The results in Fig. 10 indicates that instead of decreasing monotonously as $\kappa$ increases, $T_i$ first decreases then has a minimum in Fig. 10(c), after increases and finally decreases. Which is interesting and subverts our habitual thinking. We named the value of $\kappa$ in Fig. 10(c) is the “smartest” $\kappa$ with $\tau =10.686$, due to the “smartest” movement rate is helpful to control the epidemic of area $i$. Besides, the total number of infections is lower than other cases and the trend of the epidemic in $i$ and $j$ is almost the same with $T_3\approx 12$, which is conducive to epidemic control. As the prevention and control policy in area $j$ can take $i$ as a reference in large extent. This finding highlights the need to find the smartest $\kappa$ under different values $\tau$ to control not only epidemic but also any pandemic.

Another interesting finding in Fig. 10(a) and (b) is that even if the movement rate is low and the $T$ is a long time, the epidemic peak of the uninfected area $j$ before is seriously higher than the infected area $i$. Which indicates it is not absolutely safe as long as there are infected people, as the old saying goes—sparks can be bonfires and ruin everything. Such as on December, 2020, an infected person in Shenyang, China, who led to many people being infected and the entire city of Shenyang has been put on emergency quarantine. Moreover, due to only one infected person, Shijiazhuang, China took measures—“city lockdown” on January, 2021. Although, it has been more than one year since the outbreak in Wuhan, China. It warns us strengthen epidemic prevention and control in key regions. Precise and taking differentiated epidemic control strategies is crucial. Besides, epidemic monitoring should be strength, under normal conditions, once the outbreak occurs, the first-level public health emergency response can be activated immediately.

5. Conclusion and discussions

In this paper, we investigated the dynamic behavior of a delayed stochastic SIR epidemic model with Gaussian white noise in two coupled populations. Different from other models, our model takes time delay and environment noise into account. We find that the short incubation period is helpful to control the epidemic. As the small time delay with the short time interval, thus the epidemic can be detected at the first time, and prevention and control measures can be taken as soon as possible.

Moreover, the population flow among municipalities with the convenient transportation network also considered. However, the spread of the epidemic is a complex progress, due to the country has high-speed and large-capacity transport facilities, so that the population can move quickly, flexibly and massively between cities. Complete physical isolation is impossible to achieve in real life, thus the movement rate should as low as possible? No. Interestingly, we find there exists an optimal population movement rate, which is so called“smart” $\kappa$. This finding could provide effective guidance for global epidemic prevention and control.

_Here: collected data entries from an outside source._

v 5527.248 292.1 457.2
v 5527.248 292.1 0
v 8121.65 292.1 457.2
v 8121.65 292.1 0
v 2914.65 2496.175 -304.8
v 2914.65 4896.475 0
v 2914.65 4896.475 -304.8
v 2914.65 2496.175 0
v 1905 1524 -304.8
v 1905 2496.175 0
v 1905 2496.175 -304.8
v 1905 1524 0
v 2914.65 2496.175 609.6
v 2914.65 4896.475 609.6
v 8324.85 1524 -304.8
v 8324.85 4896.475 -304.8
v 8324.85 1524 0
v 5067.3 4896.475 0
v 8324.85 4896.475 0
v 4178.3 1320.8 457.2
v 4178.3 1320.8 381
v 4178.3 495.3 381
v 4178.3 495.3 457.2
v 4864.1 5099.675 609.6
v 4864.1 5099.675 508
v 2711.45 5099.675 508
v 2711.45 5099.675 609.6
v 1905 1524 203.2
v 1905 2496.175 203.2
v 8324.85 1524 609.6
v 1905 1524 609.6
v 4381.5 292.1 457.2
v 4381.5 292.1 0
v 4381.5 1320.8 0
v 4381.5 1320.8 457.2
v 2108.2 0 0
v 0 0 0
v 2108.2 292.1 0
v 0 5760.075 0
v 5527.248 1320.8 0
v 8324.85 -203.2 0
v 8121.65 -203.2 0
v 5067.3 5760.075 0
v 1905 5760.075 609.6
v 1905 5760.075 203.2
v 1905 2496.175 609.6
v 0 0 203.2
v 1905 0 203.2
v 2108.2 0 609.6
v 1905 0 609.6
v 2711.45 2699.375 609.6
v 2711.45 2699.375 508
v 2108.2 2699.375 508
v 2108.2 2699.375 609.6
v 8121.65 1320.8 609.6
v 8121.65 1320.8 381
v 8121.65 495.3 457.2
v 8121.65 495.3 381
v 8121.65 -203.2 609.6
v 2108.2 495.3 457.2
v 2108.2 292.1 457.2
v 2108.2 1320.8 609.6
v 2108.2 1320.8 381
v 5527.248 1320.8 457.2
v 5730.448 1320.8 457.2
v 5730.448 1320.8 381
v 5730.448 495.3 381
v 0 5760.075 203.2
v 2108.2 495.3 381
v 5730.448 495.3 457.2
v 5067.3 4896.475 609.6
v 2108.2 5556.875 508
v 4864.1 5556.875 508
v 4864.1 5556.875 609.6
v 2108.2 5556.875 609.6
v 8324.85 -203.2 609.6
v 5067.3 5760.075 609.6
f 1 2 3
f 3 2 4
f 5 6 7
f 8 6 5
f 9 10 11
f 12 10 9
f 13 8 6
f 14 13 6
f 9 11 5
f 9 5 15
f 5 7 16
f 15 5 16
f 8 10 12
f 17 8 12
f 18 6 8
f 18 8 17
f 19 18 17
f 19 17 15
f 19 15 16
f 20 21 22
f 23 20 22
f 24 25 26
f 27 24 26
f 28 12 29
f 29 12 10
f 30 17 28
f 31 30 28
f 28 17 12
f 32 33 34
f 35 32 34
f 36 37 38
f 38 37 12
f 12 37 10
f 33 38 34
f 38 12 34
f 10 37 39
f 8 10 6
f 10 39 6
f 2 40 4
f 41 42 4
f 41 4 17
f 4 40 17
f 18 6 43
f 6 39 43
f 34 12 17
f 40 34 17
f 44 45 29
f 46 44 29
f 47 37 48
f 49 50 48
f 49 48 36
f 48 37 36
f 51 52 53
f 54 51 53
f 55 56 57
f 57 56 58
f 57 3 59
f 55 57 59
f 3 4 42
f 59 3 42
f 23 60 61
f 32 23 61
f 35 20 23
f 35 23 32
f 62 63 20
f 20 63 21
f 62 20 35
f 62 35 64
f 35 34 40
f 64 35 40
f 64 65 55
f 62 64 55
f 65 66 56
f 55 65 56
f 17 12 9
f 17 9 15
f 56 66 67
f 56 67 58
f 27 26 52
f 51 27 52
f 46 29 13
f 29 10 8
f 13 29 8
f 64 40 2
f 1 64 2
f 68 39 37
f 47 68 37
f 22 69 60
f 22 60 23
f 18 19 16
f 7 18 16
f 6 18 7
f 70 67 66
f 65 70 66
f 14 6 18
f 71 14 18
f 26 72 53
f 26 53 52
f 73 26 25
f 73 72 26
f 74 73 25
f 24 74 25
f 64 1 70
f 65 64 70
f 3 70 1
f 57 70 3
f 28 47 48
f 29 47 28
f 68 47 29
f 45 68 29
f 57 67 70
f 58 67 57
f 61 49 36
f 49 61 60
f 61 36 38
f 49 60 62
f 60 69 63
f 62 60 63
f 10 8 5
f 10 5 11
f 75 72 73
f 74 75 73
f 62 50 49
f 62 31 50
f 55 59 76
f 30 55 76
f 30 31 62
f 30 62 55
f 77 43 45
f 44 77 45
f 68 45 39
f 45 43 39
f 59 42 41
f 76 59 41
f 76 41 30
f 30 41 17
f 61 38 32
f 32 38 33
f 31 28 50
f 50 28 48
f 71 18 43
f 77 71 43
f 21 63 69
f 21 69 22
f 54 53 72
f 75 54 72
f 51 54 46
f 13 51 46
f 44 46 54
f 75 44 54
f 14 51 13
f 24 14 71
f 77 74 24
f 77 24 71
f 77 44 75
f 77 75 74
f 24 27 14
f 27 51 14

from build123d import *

# Parameters (mm, degrees)
F1_DEPTH = 203.2
F0_W     = 1949.45
F0_H     = 203.2
F2_DEPTH = 609.6
F0_W_2   = 2070.1
F0_W_3   = 2391.2020942688
F3_DEPTH = 457.2
F0_W_4   = 3257.55
F0_H_2   = 3372.4745738983
F4_DEPTH = 304.8
F5_DEPTH = 508
F0_H_3   = 825.5
F6_DEPTH = 381


with BuildPart() as f1:
    # F0 (on Top) → F1 (new body)
    with BuildSketch(Plane.XY):
        Polygon((0, 5760.0745738983), (0, 0), (1905, 0), (1905, 1320.8), (1905, 1524), (1905, 2496.1745738983), (1905, 2699.3745738983), (1905, 5760.0745738983), align=None)
    extrude(amount=F1_DEPTH)

    # F0 (on Top) → F2 (join)
    with BuildSketch(Plane.XY):
        Polygon((2108.2, 5760.0745738983), (1905, 5760.0745738983), (1905, 2699.3745738983), (2108.2, 2699.3745738983), (2108.2, 5556.8745738983), align=None)
        Polygon((5067.3, 5760.0745738983), (2108.2, 5760.0745738983), (2108.2, 5556.8745738983), (4864.1, 5556.8745738983), (5067.3, 5556.8745738983), align=None)
        Polygon((2711.45, 5099.6745738983), (2711.45, 2699.3745738983), (2914.65, 2699.3745738983), (2914.65, 4896.4745738983), (2914.65, 5099.6745738983), align=None)
        with Locations((3889.375, 4998.0745738983)):
            Rectangle(F0_W, F0_H)
        Polygon((4864.1, 4896.4745738983), (5067.3, 4896.4745738983), (5067.3, 5556.8745738983), (4864.1, 5556.8745738983), (4864.1, 5099.6745738983), align=None)
        Polygon((2108.2, 2699.3745738983), (1905, 2699.3745738983), (1905, 2496.1745738983), (2914.65, 2496.1745738983), (2914.65, 2699.3745738983), (2711.45, 2699.3745738983), align=None)
        Polygon((1905, 1320.8), (1905, 0), (2108.2, 0), (2108.2, 292.1), (2108.2, 495.3), (2108.2, 1320.8), align=None)
        Polygon((1905, 1524), (1905, 1320.8), (2108.2, 1320.8), (4178.3, 1320.8), (4381.5, 1320.8), (5527.2479057312, 1320.8), (5730.4479057312, 1320.8), (8121.65, 1320.8), (8324.85, 1320.8), (8324.85, 1524), (5067.3, 1524), align=None)
        Polygon((8324.85, -203.2), (8324.85, 1320.8), (8121.65, 1320.8), (8121.65, 495.3), (8121.65, 292.1), (8121.65, -203.2), align=None)
    extrude(amount=F2_DEPTH)

    # F0 (on Top) → F3 (join)
    with BuildSketch(Plane.XY):
        Polygon((4381.5, 1320.8), (4178.3, 1320.8), (4178.3, 495.3), (4178.3, 292.1), (4381.5, 292.1), align=None)
        with Locations((3143.25, 393.7)):
            Rectangle(F0_W_2, F0_H)
        Polygon((5730.4479057312, 1320.8), (5527.2479057312, 1320.8), (5527.2479057312, 292.1), (5730.4479057312, 292.1), (5730.4479057312, 495.3), align=None)
        with Locations((6926.0489528656, 393.7)):
            Rectangle(F0_W_3, F0_H)
    extrude(amount=F3_DEPTH)

    # F0 (on Top) → F4 (join)
    with BuildSketch(Plane.XY):
        Polygon((1905, 2496.1745738983), (1905, 1524), (5067.3, 1524), (5067.3, 4896.4745738983), (4864.1, 4896.4745738983), (2914.65, 4896.4745738983), (2914.65, 2699.3745738983), (2914.65, 2496.1745738983), align=None)
        with Locations((6696.075, 3210.2372869492)):
            Rectangle(F0_W_4, F0_H_2)
    extrude(amount=-F4_DEPTH)

    # F0 (on Top) → F5 (join)
    with BuildSketch(Plane.XY):
        Polygon((2108.2, 5556.8745738983), (2108.2, 2699.3745738983), (2711.45, 2699.3745738983), (2711.45, 5099.6745738983), (2914.65, 5099.6745738983), (4864.1, 5099.6745738983), (4864.1, 5556.8745738983), align=None)
    extrude(amount=F5_DEPTH)

    # F0 (on Top) → F6 (join)
    with BuildSketch(Plane.XY):
        with Locations((3143.25, 908.05)):
            Rectangle(F0_W_2, F0_H_3)
        with Locations((6926.0489528656, 908.05)):
            Rectangle(F0_W_3, F0_H_3)
    extrude(amount=F6_DEPTH)


solid = f1.part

This study also demonstrated that we should prevent not only local infections but also external infections. In particular, preventing local to international flows and transmission is essential for the control of outbreaks and future pandemics. Curbing population flow with the “smartest” $\kappa$ is the best way to contain the outbreak.

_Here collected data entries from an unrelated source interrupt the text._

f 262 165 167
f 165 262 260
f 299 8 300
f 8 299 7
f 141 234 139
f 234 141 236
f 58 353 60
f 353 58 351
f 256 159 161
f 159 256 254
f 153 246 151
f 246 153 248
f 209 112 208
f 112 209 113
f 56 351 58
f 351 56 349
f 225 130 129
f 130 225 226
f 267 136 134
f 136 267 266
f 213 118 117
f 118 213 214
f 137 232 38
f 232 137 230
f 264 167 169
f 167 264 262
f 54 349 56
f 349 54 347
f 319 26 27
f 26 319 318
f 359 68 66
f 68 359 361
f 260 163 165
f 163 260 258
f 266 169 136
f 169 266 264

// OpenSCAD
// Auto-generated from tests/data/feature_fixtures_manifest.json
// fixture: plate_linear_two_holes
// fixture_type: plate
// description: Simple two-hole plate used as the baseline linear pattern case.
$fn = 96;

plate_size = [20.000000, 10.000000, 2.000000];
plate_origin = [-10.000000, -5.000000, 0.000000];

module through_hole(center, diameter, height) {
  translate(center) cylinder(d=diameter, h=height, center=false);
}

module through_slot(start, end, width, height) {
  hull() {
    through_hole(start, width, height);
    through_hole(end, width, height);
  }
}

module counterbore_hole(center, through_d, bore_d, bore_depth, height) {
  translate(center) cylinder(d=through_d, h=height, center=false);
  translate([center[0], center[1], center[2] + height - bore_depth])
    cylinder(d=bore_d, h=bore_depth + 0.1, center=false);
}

In this study, from the perspective of mathematical theory, assuming that the two objects in the research have the same population, it is beneficial to analysis the dynamic behaviors of the model and simplify the calculation. However, such cases are rare in real life. Nevertheless, this study provides a reasonable basis for future studies with different population sizes.

The results of the study only focus on the spread of the epidemic with adjacent cities of a country. The spread of the epidemic between multinational cities and countries will serve as the content of expanding the model into a chain system. Based on this model, we can add nodes as needed to carry out our research on a multi-area chain system, like the circle area surrounding the sea or a chained area that is geographically presented in a narrow form. It is possible to embed the system of time-delay stochastic differential equations with noise into the neural network, then we can establish mathematical models around the world to predict and control infectious diseases. Moreover, contributing to the health of people all over the world and researchers who are interested and have the same goal as us are also welcome to join us.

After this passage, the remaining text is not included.